I then set about collecting information about the trip and getting the car ready. Thorntree http://thorntree.lonelyplanet.com and a relation of a friend who had done the Plymouth Banjul were the two main sources of info. We brought the car down to our usual mechanic to have a few things sorted before we left (including getting a new fan belt and getting different engine oil as suggested by GrahamW!) only to be told that “this car is like an old decrepit man, it won’t even make it to the door, let alone to Rosslare”. His solution was to sell us another car. So, we went to another mechanic, Barry’s fathers’ friend Martin. Martin gave us a very different opinion all together and did what he could for the car and was quietly confident about its’ ability. We were then extremely lucky to have Paul W hear about our planned trip. He works for a car shop suppliers and was extremely generous in giving us lots of useful tools for our trip ranging from a fan belt to spare bulbs for our headlights.

In the mean time Barry got his college exam results and they didn’t quite go as planned so unfortunately he had to stay at home and work for them.

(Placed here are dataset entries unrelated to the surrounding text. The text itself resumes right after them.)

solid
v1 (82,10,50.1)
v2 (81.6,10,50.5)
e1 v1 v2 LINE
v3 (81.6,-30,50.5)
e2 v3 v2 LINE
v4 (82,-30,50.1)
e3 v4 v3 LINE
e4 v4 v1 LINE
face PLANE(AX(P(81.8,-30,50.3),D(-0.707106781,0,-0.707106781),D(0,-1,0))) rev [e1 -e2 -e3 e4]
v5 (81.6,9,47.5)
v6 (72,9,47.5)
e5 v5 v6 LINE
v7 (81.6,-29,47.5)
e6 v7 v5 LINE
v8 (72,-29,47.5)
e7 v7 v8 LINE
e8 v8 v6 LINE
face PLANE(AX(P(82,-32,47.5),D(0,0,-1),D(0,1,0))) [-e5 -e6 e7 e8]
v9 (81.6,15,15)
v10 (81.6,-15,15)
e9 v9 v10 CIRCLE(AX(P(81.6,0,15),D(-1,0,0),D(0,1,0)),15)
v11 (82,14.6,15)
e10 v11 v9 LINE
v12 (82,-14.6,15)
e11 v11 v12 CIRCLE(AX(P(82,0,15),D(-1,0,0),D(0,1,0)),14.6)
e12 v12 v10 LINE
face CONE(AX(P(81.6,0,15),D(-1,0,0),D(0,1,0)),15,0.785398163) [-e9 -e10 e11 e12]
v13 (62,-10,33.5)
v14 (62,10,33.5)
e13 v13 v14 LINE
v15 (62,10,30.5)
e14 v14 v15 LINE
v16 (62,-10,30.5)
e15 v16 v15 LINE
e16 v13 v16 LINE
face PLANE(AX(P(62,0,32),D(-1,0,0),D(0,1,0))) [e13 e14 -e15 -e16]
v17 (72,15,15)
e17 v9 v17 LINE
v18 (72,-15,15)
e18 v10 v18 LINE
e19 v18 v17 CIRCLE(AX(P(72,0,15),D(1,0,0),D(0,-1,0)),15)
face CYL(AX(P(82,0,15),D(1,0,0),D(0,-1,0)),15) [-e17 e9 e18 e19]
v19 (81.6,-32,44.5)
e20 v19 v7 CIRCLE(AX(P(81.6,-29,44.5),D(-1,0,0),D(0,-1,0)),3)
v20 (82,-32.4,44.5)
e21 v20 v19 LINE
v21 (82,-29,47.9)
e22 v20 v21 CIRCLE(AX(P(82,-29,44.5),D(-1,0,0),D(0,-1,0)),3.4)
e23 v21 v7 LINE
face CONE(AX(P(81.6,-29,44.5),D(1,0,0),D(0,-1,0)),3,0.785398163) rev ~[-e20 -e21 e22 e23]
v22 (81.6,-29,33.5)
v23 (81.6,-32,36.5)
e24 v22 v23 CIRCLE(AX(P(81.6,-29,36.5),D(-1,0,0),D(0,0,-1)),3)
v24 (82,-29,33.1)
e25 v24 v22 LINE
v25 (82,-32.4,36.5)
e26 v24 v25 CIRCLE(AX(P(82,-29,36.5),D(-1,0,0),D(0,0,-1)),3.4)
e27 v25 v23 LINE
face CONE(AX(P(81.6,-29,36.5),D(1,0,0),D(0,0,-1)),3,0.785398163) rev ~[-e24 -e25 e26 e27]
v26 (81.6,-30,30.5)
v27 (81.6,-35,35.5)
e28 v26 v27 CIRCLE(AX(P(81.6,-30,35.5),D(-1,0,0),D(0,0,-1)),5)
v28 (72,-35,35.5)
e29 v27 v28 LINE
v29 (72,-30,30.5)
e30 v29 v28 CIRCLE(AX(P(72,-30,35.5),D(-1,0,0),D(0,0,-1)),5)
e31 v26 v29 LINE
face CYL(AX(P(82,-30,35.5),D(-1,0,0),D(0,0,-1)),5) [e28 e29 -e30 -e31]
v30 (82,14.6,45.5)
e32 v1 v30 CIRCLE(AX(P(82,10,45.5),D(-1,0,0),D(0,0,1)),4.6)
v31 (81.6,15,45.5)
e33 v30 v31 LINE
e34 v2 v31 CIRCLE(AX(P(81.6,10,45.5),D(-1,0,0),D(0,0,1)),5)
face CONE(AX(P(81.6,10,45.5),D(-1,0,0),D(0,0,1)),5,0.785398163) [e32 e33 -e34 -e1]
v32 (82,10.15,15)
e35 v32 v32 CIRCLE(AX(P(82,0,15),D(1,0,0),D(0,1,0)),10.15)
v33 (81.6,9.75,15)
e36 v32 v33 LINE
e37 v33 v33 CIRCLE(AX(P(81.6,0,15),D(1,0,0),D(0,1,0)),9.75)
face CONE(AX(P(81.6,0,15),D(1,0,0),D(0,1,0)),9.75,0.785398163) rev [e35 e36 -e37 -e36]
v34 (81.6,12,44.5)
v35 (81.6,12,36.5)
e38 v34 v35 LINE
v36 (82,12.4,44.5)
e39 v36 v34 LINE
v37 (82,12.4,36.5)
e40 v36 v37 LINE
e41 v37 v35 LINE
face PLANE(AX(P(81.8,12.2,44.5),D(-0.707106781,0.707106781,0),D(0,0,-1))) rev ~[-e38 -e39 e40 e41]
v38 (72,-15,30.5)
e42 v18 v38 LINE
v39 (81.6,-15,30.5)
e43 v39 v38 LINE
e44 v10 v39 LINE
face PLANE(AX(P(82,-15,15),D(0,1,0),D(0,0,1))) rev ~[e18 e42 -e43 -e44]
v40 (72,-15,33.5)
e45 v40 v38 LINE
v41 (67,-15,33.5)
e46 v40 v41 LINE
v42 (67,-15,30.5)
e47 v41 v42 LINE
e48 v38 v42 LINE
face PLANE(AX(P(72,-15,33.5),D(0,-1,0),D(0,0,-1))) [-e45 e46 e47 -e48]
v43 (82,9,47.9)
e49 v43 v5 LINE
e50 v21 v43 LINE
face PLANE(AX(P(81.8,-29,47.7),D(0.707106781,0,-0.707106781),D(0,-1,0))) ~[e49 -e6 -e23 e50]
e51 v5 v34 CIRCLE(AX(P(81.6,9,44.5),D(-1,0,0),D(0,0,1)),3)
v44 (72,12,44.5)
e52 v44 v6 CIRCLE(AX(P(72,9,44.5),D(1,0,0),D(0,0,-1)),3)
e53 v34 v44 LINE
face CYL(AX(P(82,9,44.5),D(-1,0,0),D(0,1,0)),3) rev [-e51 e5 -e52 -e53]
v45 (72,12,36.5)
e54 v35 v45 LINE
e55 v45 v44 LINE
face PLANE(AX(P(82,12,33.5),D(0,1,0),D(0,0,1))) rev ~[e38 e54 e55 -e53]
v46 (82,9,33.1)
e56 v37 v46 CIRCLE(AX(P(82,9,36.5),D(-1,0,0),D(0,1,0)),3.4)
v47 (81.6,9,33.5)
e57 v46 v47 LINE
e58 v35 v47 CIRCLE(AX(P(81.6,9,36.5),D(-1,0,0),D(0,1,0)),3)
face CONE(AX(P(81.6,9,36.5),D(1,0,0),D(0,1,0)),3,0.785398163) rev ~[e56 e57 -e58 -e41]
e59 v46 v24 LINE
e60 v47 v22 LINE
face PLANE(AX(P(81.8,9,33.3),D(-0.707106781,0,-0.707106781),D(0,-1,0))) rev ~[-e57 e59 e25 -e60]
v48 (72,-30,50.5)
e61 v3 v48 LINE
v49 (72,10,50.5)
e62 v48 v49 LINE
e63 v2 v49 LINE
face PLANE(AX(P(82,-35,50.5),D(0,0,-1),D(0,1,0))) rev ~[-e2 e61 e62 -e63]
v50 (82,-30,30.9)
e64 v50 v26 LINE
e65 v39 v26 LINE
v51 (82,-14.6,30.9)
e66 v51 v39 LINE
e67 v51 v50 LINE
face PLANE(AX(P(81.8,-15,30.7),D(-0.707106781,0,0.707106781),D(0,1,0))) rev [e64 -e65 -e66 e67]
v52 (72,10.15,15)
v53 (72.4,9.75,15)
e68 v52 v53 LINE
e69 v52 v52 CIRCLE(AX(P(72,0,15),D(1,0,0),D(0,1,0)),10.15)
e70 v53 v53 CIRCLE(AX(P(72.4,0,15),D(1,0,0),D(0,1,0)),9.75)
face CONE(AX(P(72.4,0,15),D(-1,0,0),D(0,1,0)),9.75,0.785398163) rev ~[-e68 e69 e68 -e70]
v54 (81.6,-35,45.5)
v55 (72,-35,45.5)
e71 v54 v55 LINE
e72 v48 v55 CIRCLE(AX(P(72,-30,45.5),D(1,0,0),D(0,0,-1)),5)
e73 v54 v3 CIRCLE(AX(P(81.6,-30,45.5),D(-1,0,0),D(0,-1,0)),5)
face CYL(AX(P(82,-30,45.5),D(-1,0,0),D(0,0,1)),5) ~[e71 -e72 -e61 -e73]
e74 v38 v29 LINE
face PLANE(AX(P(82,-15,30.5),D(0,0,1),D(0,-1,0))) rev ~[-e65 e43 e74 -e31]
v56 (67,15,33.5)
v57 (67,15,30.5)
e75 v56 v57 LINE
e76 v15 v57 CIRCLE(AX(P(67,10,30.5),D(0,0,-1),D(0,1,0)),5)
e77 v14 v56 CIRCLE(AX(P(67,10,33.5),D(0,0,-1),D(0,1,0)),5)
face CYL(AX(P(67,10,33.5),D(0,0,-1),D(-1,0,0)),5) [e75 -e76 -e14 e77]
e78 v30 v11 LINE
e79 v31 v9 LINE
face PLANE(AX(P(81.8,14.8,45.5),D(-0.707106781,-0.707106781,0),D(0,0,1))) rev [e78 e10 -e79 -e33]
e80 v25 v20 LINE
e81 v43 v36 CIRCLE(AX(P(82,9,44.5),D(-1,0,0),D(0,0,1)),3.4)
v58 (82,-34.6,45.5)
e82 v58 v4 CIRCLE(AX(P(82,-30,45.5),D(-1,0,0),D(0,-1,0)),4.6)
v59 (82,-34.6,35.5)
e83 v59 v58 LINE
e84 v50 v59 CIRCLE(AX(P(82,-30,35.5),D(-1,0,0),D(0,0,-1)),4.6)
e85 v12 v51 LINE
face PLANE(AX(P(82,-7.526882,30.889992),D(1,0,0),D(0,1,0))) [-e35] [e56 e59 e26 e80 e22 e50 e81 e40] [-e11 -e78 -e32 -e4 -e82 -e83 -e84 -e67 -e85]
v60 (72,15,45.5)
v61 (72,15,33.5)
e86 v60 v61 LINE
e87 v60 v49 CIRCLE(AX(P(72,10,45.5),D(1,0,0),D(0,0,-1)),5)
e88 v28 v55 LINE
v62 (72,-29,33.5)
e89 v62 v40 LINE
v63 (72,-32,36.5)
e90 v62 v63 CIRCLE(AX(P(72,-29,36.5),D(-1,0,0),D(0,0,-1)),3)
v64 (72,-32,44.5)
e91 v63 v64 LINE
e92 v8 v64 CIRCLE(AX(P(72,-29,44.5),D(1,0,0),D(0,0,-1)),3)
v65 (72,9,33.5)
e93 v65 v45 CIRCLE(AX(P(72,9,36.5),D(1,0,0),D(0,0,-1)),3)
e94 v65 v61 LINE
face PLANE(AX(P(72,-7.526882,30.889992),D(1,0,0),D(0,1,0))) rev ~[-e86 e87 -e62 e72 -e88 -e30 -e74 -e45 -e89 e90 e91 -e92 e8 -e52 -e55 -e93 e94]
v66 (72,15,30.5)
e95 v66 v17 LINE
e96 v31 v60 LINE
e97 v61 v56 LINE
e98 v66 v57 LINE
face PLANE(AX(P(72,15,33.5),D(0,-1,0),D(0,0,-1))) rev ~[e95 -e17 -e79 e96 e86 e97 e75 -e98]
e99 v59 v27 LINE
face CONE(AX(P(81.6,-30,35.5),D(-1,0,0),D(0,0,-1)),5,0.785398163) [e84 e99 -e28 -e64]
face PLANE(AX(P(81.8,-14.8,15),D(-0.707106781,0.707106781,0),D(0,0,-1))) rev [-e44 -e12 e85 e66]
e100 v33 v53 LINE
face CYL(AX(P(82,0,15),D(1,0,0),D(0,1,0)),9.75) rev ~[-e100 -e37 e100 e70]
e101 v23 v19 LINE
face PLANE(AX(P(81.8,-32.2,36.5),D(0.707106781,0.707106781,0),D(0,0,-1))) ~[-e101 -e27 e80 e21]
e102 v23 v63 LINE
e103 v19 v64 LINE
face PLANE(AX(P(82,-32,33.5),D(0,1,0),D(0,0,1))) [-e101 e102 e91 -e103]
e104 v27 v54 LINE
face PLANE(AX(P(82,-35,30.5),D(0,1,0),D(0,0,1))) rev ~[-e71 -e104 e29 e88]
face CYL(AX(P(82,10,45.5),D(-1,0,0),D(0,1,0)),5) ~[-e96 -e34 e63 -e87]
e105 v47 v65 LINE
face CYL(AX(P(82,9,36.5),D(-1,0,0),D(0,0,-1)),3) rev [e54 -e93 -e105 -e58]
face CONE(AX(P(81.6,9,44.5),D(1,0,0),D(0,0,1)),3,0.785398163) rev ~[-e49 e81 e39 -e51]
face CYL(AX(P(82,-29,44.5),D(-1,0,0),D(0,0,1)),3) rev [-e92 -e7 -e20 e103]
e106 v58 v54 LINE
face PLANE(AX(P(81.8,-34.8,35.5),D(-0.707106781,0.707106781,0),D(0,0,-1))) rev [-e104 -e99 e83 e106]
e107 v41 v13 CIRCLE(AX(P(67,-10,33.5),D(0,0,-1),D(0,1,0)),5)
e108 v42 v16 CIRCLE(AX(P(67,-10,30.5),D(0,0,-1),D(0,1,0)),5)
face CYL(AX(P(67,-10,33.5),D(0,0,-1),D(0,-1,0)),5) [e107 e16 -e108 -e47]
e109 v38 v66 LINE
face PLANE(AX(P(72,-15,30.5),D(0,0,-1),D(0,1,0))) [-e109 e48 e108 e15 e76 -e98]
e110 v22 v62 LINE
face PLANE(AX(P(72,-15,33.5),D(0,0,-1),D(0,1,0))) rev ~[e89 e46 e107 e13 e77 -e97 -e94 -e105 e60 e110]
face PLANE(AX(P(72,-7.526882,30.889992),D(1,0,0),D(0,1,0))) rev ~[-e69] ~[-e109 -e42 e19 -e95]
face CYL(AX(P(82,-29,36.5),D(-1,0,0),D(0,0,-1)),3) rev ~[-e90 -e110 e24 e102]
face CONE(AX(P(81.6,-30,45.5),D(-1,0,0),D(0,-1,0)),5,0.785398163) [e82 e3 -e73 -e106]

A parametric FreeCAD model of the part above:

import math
import FreeCAD as App
import Part
import Sketcher
Q = App.Units.Quantity


def edges_at(feature, points):
    """Names of the edges that pass closest to the given points."""
    edges = feature.Shape.Edges
    near = lambda p: min(range(len(edges)), key=lambda i: edges[i].distToShape(Part.Vertex(*p))[0])
    return sorted({f"Edge{near(p) + 1}" for p in points})


def add_polygon(sketch, points):
    """Adds a closed chain of lines whose ends are joined by coincident constraints."""
    first, n = sketch.GeometryCount, len(points)
    for a, b in zip(points, points[1:] + points[:1]):
        sketch.addGeometry(Part.LineSegment(App.Vector(*a, 0), App.Vector(*b, 0)), False)
    for i in range(n):
        sketch.addConstraint(Sketcher.Constraint("Coincident", first + i, 2, first + (i + 1) % n, 1))

doc = App.newDocument("Part")
body = doc.addObject("PartDesign::Body", "Body")

# Sketch on YZ plane
sketch1 = body.newObject("Sketcher::SketchObject", "Sketch")
sketch1.AttachmentSupport = (doc.getObject("YZ_Plane"), [""])
sketch1.MapMode = "FlatFace"
sketch1.addGeometry(Part.ArcOfCircle(Part.Circle(App.Vector(0, 15, 0), App.Vector(0, 0, 1), 15), math.radians(180), math.radians(360)), False)  # 0
sketch1.addGeometry(Part.LineSegment(App.Vector(15, 15, 0), App.Vector(15, 50, 0)), False)  # 1
sketch1.addGeometry(Part.LineSegment(App.Vector(15, 50, 0), App.Vector(-35, 50, 0)), False)  # 2
sketch1.addGeometry(Part.LineSegment(App.Vector(-35, 50, 0), App.Vector(-35, 30, 0)), False)  # 3
sketch1.addGeometry(Part.LineSegment(App.Vector(-35, 30, 0), App.Vector(-15, 30, 0)), False)  # 4
sketch1.addGeometry(Part.LineSegment(App.Vector(-15, 30, 0), App.Vector(-15, 15, 0)), False)  # 5
sketch1.addGeometry(Part.Circle(App.Vector(0, 15, 0), App.Vector(0, 0, 1), 10), False)  # 6
add_polygon(sketch1, [(12, 34), (-32, 34), (-32, 48), (12, 48)])  # lines 7-10
sketch1.addConstraint(Sketcher.Constraint("Tangent", 0, 2, 1, 1))
sketch1.addConstraint(Sketcher.Constraint("Coincident", 1, 2, 2, 1))
sketch1.addConstraint(Sketcher.Constraint("Coincident", 2, 2, 3, 1))
sketch1.addConstraint(Sketcher.Constraint("Coincident", 3, 2, 4, 1))
sketch1.addConstraint(Sketcher.Constraint("Coincident", 4, 2, 5, 1))
sketch1.addConstraint(Sketcher.Constraint("Tangent", 5, 2, 0, 1))
sketch1.addConstraint(Sketcher.Constraint("Vertical", 1))
sketch1.addConstraint(Sketcher.Constraint("Horizontal", 2))
sketch1.addConstraint(Sketcher.Constraint("Vertical", 3))
sketch1.addConstraint(Sketcher.Constraint("Horizontal", 4))
sketch1.addConstraint(Sketcher.Constraint("Vertical", 5))
sketch1.addConstraint(Sketcher.Constraint("Horizontal", 7))
sketch1.addConstraint(Sketcher.Constraint("Vertical", 8))
sketch1.addConstraint(Sketcher.Constraint("Horizontal", 9))
sketch1.addConstraint(Sketcher.Constraint("Vertical", 10))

So, the two of us set off for the ferry which passed without incident and we were released into France with the car still running beautifully. Our first stop was Pamplone in Spain where the Bull run was taking place (San Fermin). Picture temple bar X1000 with everyone dressed in white and red and living off the adrenaline of running away from bulls every morning for the last 5 days! We camped and went out with the million other (literally!) revellers, caught a couple of hours of sleep and were back in to run at 7. They cram everyone into a 100 metre long pen at the start of the course to limit the number of people on the route, then 2 minutes before the bulls are released they let everyone move up the course as far as you want. The adrenaline really starts to build in the pen though, with people talking tactics and telling stories of previous runs. A surge of really scared looking people announce the arrival of the bulls and they pass you before you know it until you’re the one chasing the bulls up the street trying to get into the arena before the last one passes and they close the gate. The real fun starts in the arena when they release the smaller extra pissed off bulls that are taunted by the crowd. I saw one guy getting knocked out cold by one of the bulls which didn’t look like a whole lot of fun.

Unfortunately Stephen was pickpocketed and also missed the start of the run, not a good day for him, but we continued to Bilbao in good spirits to see the Guggenheim. The building is incredible in so many ways, architecturally, engineering, artistically, well worth the trip.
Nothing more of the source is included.